━━━━━ Material for this task ━━━━━

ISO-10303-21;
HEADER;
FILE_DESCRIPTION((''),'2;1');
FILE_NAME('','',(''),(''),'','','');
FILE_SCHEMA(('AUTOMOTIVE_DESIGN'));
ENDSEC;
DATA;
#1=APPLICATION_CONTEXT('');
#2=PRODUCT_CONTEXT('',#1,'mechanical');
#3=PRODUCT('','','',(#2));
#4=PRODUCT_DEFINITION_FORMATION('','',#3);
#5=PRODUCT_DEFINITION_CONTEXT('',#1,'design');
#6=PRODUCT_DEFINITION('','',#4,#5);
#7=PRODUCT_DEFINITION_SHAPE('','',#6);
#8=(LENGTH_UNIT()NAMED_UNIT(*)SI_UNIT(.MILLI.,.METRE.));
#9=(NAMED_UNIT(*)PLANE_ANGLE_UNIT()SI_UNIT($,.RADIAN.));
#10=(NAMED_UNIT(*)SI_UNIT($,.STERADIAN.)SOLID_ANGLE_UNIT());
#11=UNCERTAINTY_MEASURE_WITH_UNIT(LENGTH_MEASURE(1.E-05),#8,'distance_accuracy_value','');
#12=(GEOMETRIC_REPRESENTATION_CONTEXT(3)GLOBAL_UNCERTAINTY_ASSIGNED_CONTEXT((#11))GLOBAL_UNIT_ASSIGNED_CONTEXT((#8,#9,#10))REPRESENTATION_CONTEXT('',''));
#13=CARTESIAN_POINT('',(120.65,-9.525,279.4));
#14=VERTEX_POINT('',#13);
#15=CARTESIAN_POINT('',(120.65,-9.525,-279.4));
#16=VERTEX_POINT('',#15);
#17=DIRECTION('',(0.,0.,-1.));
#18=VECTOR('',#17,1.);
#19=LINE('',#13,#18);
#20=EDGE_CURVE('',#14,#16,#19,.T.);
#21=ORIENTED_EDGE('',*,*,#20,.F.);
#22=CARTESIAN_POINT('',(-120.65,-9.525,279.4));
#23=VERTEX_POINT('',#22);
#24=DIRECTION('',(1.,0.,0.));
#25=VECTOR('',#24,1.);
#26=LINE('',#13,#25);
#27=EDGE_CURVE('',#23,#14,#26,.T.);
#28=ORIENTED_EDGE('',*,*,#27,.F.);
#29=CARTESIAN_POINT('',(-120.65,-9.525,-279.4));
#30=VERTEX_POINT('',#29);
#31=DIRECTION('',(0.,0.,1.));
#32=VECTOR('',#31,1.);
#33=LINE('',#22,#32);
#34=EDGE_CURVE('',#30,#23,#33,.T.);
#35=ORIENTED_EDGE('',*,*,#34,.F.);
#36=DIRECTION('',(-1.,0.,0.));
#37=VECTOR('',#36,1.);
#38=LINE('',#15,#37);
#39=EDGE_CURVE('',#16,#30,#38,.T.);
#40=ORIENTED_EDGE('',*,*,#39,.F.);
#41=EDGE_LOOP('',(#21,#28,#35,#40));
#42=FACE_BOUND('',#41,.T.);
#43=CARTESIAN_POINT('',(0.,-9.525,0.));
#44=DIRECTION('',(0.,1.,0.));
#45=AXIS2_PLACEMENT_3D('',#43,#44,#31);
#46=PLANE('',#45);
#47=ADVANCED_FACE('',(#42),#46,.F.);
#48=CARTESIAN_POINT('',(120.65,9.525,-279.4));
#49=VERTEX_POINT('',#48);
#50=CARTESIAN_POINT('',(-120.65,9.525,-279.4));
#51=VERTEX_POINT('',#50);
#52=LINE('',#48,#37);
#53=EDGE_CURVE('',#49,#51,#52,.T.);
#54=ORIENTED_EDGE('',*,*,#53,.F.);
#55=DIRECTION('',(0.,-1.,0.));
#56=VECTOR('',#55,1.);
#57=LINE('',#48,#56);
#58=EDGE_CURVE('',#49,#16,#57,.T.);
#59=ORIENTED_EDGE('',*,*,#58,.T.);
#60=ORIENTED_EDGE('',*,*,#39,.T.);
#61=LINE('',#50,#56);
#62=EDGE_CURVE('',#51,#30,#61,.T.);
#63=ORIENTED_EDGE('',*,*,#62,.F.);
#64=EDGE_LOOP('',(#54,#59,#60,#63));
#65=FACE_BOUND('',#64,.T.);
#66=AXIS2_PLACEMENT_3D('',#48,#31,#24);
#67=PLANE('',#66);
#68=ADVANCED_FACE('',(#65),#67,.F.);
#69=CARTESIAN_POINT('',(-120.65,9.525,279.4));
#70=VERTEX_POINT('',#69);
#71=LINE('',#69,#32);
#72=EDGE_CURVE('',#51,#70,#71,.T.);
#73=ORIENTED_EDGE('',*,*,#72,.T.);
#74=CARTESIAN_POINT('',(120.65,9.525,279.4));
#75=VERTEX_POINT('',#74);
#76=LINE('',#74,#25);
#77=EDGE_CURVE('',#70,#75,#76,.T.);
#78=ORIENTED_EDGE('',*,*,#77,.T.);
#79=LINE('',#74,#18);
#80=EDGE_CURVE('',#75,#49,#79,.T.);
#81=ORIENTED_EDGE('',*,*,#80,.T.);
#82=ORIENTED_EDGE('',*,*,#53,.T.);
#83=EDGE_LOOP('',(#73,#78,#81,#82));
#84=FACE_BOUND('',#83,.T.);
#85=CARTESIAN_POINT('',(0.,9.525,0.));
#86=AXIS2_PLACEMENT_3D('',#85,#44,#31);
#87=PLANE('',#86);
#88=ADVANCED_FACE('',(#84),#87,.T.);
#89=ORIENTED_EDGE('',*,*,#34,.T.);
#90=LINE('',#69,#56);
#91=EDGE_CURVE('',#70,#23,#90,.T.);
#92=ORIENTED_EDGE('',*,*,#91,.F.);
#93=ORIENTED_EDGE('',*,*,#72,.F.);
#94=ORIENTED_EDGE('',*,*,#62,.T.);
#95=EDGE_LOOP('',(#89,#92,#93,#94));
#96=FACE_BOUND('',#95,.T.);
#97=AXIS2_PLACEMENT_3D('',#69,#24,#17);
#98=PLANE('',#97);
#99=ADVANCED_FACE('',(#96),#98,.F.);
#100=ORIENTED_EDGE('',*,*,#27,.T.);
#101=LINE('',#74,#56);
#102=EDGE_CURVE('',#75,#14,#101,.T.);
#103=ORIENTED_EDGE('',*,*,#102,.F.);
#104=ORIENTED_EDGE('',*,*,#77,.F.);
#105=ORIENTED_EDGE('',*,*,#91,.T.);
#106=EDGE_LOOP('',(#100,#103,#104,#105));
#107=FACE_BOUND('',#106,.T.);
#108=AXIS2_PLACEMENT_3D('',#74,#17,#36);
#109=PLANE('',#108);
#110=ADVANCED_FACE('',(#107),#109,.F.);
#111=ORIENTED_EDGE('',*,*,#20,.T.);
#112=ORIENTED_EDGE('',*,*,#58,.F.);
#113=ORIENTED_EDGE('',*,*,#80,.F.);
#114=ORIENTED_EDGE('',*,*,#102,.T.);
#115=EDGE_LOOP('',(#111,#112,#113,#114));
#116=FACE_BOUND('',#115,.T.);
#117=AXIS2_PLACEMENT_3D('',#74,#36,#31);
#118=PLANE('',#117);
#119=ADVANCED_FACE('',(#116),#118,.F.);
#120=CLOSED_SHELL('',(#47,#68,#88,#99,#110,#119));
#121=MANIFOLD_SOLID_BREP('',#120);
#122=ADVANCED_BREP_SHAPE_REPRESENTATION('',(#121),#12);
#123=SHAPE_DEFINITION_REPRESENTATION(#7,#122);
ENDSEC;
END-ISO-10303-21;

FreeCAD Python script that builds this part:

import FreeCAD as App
import Part
import Sketcher
Q = App.Units.Quantity

doc = App.newDocument("Part")
body = doc.addObject("PartDesign::Body", "Body")

sketch1 = body.newObject("Sketcher::SketchObject", "Sketch")
sketch1.AttachmentSupport = (doc.getObject("XZ_Plane"), [""])
sketch1.MapMode = "FlatFace"
sketch1.addGeometry([
    Part.LineSegment(App.Vector(-121, -279, 0), App.Vector(-121, 279, 0)),
    Part.LineSegment(App.Vector(-121, 279, 0), App.Vector(121, 279, 0)),
    Part.LineSegment(App.Vector(121, 279, 0), App.Vector(121, -279, 0)),
    Part.LineSegment(App.Vector(121, -279, 0), App.Vector(-121, -279, 0)),
], False)
sketch1.addConstraint([
    Sketcher.Constraint("Coincident", 0, 2, 1, 1),
    Sketcher.Constraint("Coincident", 1, 2, 2, 1),
    Sketcher.Constraint("Coincident", 2, 2, 3, 1),
    Sketcher.Constraint("Coincident", 3, 2, 0, 1),
    Sketcher.Constraint("Vertical", 0),
    Sketcher.Constraint("Horizontal", 1),
    Sketcher.Constraint("Vertical", 2),
    Sketcher.Constraint("Horizontal", 3),
    Sketcher.Constraint("Symmetric", 0, 2, 2, 2, -1, 1),
    Sketcher.Constraint("DistanceY", 0, 1, 0, 2, Q("22 in")),
    Sketcher.Constraint("DistanceX", 1, 1, 1, 2, Q("9.5 in")),
])
pad1 = body.newObject("PartDesign::Pad", "Pad")
pad1.Profile = sketch1
pad1.Length = Q("0.75 in")
pad1.Midplane = True

doc.recompute()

━━━━━

**Task goal**
Please give an exact copy of the lines above, beginning with the line containing "#61=LINE('',#50,#56);" and running through the line containing "#123=SHAPE_DEFINITION_REPRESENTATION(#7,#122);", and of no other lines.

**Result**
#61=LINE('',#50,#56);
#62=EDGE_CURVE('',#51,#30,#61,.T.);
#63=ORIENTED_EDGE('',*,*,#62,.F.);
#64=EDGE_LOOP('',(#54,#59,#60,#63));
#65=FACE_BOUND('',#64,.T.);
#66=AXIS2_PLACEMENT_3D('',#48,#31,#24);
#67=PLANE('',#66);
#68=ADVANCED_FACE('',(#65),#67,.F.);
#69=CARTESIAN_POINT('',(-120.65,9.525,279.4));
#70=VERTEX_POINT('',#69);
#71=LINE('',#69,#32);
#72=EDGE_CURVE('',#51,#70,#71,.T.);
#73=ORIENTED_EDGE('',*,*,#72,.T.);
#74=CARTESIAN_POINT('',(120.65,9.525,279.4));
#75=VERTEX_POINT('',#74);
#76=LINE('',#74,#25);
#77=EDGE_CURVE('',#70,#75,#76,.T.);
#78=ORIENTED_EDGE('',*,*,#77,.T.);
#79=LINE('',#74,#18);
#80=EDGE_CURVE('',#75,#49,#79,.T.);
#81=ORIENTED_EDGE('',*,*,#80,.T.);
#82=ORIENTED_EDGE('',*,*,#53,.T.);
#83=EDGE_LOOP('',(#73,#78,#81,#82));
#84=FACE_BOUND('',#83,.T.);
#85=CARTESIAN_POINT('',(0.,9.525,0.));
#86=AXIS2_PLACEMENT_3D('',#85,#44,#31);
#87=PLANE('',#86);
#88=ADVANCED_FACE('',(#84),#87,.T.);
#89=ORIENTED_EDGE('',*,*,#34,.T.);
#90=LINE('',#69,#56);
#91=EDGE_CURVE('',#70,#23,#90,.T.);
#92=ORIENTED_EDGE('',*,*,#91,.F.);
#93=ORIENTED_EDGE('',*,*,#72,.F.);
#94=ORIENTED_EDGE('',*,*,#62,.T.);
#95=EDGE_LOOP('',(#89,#92,#93,#94));
#96=FACE_BOUND('',#95,.T.);
#97=AXIS2_PLACEMENT_3D('',#69,#24,#17);
#98=PLANE('',#97);
#99=ADVANCED_FACE('',(#96),#98,.F.);
#100=ORIENTED_EDGE('',*,*,#27,.T.);
#101=LINE('',#74,#56);
#102=EDGE_CURVE('',#75,#14,#101,.T.);
#103=ORIENTED_EDGE('',*,*,#102,.F.);
#104=ORIENTED_EDGE('',*,*,#77,.F.);
#105=ORIENTED_EDGE('',*,*,#91,.T.);
#106=EDGE_LOOP('',(#100,#103,#104,#105));
#107=FACE_BOUND('',#106,.T.);
#108=AXIS2_PLACEMENT_3D('',#74,#17,#36);
#109=PLANE('',#108);
#110=ADVANCED_FACE('',(#107),#109,.F.);
#111=ORIENTED_EDGE('',*,*,#20,.T.);
#112=ORIENTED_EDGE('',*,*,#58,.F.);
#113=ORIENTED_EDGE('',*,*,#80,.F.);
#114=ORIENTED_EDGE('',*,*,#102,.T.);
#115=EDGE_LOOP('',(#111,#112,#113,#114));
#116=FACE_BOUND('',#115,.T.);
#117=AXIS2_PLACEMENT_3D('',#74,#36,#31);
#118=PLANE('',#117);
#119=ADVANCED_FACE('',(#116),#118,.F.);
#120=CLOSED_SHELL('',(#47,#68,#88,#99,#110,#119));
#121=MANIFOLD_SOLID_BREP('',#120);
#122=ADVANCED_BREP_SHAPE_REPRESENTATION('',(#121),#12);
#123=SHAPE_DEFINITION_REPRESENTATION(#7,#122);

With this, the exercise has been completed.